■ **Supplied material**
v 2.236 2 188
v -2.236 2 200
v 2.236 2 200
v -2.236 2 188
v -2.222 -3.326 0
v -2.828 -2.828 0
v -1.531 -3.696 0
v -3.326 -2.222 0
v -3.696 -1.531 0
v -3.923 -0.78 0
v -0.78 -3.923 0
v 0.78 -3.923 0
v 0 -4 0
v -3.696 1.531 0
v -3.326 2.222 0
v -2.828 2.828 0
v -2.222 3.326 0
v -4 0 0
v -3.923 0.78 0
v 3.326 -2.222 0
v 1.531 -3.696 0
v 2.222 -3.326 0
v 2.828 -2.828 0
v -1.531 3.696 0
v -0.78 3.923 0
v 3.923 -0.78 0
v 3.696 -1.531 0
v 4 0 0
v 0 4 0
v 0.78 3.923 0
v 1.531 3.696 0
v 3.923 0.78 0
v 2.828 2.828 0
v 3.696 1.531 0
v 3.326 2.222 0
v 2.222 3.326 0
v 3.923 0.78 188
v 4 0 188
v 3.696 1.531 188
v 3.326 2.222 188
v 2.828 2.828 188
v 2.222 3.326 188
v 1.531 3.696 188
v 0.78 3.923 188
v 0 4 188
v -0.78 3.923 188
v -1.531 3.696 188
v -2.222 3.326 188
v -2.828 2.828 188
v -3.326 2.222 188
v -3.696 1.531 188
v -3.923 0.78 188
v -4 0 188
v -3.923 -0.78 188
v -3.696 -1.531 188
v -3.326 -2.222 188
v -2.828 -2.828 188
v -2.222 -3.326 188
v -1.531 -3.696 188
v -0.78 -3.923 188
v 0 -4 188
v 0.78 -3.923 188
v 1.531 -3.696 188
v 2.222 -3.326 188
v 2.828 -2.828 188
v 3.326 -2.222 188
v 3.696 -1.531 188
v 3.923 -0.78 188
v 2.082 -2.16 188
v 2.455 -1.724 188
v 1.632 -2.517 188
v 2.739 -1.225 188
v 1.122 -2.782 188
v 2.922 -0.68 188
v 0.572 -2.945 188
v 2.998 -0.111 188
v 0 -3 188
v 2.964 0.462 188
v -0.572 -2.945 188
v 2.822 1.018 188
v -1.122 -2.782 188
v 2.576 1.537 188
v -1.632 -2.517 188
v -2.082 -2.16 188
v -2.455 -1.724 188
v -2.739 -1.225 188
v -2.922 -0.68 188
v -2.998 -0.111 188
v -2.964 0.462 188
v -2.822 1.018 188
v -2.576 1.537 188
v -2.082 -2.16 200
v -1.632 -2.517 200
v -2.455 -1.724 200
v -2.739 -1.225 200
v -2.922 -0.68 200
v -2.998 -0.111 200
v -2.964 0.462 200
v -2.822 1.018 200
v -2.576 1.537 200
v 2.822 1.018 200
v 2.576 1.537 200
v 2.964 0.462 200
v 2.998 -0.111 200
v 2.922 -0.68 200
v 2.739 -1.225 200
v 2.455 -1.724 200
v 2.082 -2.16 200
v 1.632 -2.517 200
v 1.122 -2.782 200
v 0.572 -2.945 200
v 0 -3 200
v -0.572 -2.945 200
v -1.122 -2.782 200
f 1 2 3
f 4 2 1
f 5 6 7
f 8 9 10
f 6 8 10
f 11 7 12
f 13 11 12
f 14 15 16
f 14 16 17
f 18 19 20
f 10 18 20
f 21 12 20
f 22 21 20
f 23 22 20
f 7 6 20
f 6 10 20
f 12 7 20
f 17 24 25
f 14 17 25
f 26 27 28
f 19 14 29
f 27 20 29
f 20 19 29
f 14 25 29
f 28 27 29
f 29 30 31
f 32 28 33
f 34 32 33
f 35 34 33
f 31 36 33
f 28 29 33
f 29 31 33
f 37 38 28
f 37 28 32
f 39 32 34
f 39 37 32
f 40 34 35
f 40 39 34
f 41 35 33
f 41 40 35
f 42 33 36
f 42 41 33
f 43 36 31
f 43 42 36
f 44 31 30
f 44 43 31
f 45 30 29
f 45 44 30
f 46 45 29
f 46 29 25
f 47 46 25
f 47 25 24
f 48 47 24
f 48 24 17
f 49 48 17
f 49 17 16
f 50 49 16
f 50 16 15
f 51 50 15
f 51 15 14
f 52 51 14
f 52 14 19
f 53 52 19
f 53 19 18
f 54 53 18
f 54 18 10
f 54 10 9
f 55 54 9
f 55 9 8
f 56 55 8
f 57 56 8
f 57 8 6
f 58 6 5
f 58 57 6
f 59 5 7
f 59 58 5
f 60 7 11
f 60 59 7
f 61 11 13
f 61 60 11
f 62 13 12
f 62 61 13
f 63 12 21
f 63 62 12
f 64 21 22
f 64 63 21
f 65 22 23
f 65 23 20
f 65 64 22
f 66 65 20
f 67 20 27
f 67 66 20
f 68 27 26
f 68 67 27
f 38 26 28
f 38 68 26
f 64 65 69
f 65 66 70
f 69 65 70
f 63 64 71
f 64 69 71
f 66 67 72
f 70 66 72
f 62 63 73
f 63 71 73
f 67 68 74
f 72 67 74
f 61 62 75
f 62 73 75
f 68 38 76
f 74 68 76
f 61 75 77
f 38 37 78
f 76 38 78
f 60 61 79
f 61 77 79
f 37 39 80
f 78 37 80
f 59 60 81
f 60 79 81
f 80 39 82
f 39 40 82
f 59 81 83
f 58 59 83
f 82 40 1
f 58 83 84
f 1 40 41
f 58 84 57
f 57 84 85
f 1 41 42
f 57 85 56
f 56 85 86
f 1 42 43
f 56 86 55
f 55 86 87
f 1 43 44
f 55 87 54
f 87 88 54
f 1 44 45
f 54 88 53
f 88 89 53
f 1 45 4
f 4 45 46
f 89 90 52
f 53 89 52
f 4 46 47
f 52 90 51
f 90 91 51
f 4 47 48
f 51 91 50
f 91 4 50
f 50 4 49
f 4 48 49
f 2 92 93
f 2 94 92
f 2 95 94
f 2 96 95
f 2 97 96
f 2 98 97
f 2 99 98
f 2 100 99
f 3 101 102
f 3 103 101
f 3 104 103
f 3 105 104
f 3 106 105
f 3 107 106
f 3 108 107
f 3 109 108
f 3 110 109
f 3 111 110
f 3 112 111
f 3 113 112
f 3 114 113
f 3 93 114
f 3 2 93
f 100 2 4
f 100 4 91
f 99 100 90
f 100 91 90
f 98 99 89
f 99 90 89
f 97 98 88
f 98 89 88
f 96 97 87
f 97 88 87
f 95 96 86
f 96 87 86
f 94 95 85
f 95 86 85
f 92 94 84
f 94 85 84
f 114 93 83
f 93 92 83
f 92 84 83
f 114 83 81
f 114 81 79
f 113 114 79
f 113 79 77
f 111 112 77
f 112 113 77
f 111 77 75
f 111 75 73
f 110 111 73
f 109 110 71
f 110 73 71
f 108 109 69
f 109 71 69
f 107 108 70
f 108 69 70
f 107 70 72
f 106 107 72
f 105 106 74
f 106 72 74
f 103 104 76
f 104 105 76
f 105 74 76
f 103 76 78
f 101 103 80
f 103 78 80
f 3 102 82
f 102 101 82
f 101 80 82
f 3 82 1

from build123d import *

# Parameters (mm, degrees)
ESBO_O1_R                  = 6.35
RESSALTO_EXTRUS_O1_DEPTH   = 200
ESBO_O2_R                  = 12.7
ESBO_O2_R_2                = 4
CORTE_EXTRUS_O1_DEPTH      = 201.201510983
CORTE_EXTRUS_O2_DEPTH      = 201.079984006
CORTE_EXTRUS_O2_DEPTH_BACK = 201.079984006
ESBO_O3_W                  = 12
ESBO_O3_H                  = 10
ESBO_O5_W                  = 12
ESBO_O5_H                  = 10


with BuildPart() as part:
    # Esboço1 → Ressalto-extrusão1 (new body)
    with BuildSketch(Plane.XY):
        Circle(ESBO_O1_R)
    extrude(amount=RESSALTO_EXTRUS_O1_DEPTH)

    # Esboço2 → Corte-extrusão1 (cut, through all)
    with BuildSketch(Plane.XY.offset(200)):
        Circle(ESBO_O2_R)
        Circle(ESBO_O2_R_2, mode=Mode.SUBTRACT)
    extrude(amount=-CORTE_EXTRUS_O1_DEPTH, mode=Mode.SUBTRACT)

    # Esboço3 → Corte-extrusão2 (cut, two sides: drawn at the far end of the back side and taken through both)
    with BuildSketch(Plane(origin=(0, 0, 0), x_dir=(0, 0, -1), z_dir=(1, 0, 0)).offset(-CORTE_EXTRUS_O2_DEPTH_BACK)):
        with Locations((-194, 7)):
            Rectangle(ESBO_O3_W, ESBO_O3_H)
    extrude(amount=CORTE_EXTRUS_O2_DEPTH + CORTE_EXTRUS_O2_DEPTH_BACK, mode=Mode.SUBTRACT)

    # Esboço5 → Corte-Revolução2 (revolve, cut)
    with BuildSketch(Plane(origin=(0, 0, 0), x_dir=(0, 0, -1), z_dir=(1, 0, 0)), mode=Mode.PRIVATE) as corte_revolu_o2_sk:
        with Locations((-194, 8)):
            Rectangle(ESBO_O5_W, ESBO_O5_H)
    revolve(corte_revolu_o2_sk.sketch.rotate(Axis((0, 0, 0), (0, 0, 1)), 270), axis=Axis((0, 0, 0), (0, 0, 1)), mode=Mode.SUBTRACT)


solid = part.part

---

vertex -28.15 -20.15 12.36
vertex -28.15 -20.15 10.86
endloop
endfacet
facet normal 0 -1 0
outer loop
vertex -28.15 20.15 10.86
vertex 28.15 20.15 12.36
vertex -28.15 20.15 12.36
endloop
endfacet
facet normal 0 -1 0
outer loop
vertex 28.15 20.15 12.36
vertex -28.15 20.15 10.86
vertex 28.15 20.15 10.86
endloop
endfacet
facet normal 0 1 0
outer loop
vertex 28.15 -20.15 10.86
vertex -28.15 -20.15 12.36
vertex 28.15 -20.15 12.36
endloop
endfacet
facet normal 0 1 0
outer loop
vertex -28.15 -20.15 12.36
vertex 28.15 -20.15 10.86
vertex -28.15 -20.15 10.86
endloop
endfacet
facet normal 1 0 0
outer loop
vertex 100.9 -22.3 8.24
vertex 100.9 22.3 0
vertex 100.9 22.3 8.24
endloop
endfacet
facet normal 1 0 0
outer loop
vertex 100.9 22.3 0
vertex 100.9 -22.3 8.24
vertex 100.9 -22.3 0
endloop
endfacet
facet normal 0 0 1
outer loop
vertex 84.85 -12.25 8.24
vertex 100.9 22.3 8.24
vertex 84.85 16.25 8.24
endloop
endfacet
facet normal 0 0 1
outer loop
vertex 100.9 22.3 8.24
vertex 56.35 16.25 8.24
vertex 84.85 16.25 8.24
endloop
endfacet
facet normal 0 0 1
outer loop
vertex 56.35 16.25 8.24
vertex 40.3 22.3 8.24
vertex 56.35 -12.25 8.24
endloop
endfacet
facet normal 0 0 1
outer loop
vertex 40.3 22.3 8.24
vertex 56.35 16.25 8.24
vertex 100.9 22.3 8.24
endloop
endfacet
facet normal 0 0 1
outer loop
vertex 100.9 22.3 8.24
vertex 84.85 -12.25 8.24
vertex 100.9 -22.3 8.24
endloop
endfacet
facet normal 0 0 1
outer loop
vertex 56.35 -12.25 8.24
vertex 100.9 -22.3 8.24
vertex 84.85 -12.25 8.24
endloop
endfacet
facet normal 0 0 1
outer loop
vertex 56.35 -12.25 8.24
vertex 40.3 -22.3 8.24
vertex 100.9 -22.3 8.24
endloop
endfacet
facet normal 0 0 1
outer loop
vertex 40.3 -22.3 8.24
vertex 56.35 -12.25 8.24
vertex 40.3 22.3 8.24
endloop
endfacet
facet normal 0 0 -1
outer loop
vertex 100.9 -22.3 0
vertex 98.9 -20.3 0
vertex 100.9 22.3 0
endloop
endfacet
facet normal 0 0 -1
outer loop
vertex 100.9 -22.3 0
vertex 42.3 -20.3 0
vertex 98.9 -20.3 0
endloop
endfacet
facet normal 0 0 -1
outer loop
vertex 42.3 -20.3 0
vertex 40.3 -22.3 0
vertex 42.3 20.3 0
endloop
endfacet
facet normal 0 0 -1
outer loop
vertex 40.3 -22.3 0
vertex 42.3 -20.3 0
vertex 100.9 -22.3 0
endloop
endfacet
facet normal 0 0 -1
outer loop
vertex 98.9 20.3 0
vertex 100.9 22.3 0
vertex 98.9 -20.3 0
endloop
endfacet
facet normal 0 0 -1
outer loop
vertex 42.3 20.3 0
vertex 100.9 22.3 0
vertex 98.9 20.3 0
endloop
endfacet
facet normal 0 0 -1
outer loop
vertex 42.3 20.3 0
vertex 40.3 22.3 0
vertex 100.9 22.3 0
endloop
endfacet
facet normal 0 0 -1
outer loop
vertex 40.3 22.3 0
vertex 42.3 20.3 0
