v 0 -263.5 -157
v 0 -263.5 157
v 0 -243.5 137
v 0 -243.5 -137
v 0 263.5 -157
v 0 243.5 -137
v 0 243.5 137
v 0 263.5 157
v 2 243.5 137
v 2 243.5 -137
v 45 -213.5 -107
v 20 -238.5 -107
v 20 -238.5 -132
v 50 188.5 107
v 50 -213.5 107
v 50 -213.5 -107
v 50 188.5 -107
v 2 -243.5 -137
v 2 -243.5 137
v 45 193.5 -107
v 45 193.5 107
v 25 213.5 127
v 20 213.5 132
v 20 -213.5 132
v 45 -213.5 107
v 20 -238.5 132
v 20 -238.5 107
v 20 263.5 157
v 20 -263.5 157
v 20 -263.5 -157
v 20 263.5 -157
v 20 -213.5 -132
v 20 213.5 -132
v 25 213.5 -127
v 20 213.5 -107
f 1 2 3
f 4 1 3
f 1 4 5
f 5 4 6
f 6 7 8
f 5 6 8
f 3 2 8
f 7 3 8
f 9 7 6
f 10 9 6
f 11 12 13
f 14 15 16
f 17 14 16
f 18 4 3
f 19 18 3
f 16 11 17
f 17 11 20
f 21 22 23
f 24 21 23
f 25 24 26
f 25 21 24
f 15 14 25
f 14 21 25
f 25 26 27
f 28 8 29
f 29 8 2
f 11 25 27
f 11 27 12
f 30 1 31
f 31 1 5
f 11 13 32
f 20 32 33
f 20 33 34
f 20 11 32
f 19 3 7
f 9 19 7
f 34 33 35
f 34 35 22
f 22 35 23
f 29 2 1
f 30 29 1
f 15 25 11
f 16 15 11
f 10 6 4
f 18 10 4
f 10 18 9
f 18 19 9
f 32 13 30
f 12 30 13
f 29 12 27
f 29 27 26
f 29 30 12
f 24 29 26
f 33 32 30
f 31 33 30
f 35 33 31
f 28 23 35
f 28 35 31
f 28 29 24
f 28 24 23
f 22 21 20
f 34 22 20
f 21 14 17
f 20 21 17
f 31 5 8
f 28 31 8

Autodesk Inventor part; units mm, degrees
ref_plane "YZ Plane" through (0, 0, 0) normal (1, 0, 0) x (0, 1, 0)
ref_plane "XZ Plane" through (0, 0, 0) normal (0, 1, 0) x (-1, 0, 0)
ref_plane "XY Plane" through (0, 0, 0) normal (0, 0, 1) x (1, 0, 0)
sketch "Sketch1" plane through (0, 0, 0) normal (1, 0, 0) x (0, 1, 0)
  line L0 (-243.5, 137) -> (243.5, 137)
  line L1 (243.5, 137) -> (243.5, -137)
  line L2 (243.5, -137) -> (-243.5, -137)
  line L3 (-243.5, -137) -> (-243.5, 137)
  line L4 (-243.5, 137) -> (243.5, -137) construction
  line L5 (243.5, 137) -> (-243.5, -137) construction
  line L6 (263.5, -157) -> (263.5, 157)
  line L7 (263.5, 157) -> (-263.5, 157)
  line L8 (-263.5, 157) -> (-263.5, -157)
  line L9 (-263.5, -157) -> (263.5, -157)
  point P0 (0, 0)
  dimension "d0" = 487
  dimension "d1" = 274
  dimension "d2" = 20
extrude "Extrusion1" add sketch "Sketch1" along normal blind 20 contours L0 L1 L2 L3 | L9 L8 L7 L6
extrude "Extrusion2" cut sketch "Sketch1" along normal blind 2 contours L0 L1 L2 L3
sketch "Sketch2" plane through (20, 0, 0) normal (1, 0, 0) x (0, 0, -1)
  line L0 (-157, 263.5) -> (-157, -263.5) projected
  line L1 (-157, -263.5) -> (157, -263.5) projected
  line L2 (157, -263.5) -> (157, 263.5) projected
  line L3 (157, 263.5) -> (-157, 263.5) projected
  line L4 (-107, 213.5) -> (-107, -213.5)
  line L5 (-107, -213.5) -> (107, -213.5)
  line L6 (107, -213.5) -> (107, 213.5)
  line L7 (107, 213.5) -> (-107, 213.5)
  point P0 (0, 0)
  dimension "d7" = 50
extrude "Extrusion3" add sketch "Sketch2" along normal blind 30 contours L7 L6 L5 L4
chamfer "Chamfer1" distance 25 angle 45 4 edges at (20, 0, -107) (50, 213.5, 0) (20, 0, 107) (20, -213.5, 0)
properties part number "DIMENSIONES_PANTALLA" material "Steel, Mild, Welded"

==

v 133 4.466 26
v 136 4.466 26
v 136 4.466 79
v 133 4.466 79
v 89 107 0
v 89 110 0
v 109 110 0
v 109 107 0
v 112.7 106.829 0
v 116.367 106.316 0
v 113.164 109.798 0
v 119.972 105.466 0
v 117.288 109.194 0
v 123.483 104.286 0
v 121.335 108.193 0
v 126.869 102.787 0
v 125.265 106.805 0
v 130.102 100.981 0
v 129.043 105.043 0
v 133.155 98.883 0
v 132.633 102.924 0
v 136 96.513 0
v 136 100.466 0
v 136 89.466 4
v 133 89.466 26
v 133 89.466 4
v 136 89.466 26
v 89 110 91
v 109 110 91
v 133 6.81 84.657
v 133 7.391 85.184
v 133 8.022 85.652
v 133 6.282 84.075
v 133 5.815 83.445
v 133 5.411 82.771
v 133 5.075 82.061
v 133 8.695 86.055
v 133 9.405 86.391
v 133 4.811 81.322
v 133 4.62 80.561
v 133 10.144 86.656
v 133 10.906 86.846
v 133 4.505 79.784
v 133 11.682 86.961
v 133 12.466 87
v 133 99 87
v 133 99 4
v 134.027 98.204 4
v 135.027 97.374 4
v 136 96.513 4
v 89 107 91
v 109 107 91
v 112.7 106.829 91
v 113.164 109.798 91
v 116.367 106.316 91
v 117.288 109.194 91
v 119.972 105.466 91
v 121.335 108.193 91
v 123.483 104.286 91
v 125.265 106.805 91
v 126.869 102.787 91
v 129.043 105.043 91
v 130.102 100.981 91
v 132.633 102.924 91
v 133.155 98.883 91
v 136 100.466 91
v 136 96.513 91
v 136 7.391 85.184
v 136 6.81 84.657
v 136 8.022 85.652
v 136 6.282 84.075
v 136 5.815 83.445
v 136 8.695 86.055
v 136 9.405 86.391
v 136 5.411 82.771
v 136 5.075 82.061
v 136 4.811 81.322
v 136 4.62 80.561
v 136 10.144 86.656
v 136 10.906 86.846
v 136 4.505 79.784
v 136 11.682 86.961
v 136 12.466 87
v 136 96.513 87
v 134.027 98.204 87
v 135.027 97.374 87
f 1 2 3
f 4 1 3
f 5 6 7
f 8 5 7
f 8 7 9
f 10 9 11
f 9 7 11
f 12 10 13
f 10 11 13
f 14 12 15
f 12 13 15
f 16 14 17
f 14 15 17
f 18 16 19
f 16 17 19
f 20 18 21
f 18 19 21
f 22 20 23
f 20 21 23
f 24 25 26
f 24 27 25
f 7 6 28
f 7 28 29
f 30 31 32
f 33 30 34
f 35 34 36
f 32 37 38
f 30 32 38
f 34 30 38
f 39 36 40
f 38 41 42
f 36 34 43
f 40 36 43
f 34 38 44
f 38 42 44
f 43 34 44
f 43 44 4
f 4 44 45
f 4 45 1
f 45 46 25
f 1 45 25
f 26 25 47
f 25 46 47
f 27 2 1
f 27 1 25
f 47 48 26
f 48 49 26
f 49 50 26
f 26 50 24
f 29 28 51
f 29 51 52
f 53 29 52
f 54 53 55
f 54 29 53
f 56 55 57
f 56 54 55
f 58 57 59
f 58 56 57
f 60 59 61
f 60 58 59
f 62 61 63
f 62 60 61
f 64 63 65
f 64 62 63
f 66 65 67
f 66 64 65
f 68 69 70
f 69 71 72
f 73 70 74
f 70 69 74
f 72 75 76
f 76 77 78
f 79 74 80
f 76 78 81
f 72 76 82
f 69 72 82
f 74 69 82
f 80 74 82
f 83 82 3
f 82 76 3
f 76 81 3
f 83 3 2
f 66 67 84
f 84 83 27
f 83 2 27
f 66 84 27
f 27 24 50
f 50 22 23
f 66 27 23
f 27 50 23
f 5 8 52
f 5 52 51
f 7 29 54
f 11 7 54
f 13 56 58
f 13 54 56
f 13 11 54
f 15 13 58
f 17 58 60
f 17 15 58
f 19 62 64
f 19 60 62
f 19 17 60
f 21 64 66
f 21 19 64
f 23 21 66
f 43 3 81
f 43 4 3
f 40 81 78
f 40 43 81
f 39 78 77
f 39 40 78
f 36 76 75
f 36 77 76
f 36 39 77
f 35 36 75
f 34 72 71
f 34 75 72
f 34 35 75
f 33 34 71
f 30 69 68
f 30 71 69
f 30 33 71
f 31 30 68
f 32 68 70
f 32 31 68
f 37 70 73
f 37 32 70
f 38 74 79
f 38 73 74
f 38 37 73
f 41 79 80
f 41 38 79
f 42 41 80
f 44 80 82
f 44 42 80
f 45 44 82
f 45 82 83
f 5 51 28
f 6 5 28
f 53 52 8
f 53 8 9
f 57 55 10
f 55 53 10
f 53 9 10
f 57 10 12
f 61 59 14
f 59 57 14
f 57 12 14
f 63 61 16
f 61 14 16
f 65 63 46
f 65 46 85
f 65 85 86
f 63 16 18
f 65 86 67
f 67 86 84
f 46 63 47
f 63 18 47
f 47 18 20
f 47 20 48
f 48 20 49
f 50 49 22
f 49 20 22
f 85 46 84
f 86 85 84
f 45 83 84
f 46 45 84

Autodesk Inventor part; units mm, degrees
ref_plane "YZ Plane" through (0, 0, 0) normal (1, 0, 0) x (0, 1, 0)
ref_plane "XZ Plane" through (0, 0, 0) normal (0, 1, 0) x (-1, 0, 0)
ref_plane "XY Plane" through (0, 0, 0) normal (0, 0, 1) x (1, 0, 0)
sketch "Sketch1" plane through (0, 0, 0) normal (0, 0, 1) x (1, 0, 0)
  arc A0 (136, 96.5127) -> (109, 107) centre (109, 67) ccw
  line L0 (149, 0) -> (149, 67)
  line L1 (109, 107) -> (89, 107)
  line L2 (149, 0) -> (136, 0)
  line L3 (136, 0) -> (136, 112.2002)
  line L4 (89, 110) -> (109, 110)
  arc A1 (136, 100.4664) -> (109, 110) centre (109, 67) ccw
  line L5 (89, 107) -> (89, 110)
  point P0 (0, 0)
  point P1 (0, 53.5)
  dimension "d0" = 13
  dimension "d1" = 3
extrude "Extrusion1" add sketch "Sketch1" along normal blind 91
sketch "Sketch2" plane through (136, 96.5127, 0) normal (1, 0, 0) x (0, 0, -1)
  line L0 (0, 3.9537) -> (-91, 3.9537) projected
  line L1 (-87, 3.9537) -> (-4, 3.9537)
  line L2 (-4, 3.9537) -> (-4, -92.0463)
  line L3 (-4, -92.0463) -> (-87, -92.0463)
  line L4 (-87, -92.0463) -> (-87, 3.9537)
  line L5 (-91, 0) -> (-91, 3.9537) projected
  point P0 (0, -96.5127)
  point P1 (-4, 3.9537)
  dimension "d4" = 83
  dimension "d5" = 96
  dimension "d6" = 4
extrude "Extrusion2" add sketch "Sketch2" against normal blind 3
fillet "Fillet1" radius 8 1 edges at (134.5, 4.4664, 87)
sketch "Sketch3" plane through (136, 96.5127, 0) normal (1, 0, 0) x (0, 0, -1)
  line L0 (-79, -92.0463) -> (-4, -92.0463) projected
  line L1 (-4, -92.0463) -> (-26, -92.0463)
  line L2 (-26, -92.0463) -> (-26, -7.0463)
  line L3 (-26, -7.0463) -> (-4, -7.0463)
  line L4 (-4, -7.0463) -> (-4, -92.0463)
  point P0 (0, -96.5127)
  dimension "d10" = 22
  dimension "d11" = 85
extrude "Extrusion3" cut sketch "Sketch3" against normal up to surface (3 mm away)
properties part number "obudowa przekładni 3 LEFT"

■ **Prompt**
The entries above hold the needed span. Transcribe exactly the lines from the one with "v 2.222 3.326 188" to the one with "v 3.326 -2.222 188", both included.

■ **Answer below**
v 2.222 3.326 188
v 1.531 3.696 188
v 0.78 3.923 188
v 0 4 188
v -0.78 3.923 188
v -1.531 3.696 188
v -2.222 3.326 188
v -2.828 2.828 188
v -3.326 2.222 188
v -3.696 1.531 188
v -3.923 0.78 188
v -4 0 188
v -3.923 -0.78 188
v -3.696 -1.531 188
v -3.326 -2.222 188
v -2.828 -2.828 188
v -2.222 -3.326 188
v -1.531 -3.696 188
v -0.78 -3.923 188
v 0 -4 188
v 0.78 -3.923 188
v 1.531 -3.696 188
v 2.222 -3.326 188
v 2.828 -2.828 188
v 3.326 -2.222 188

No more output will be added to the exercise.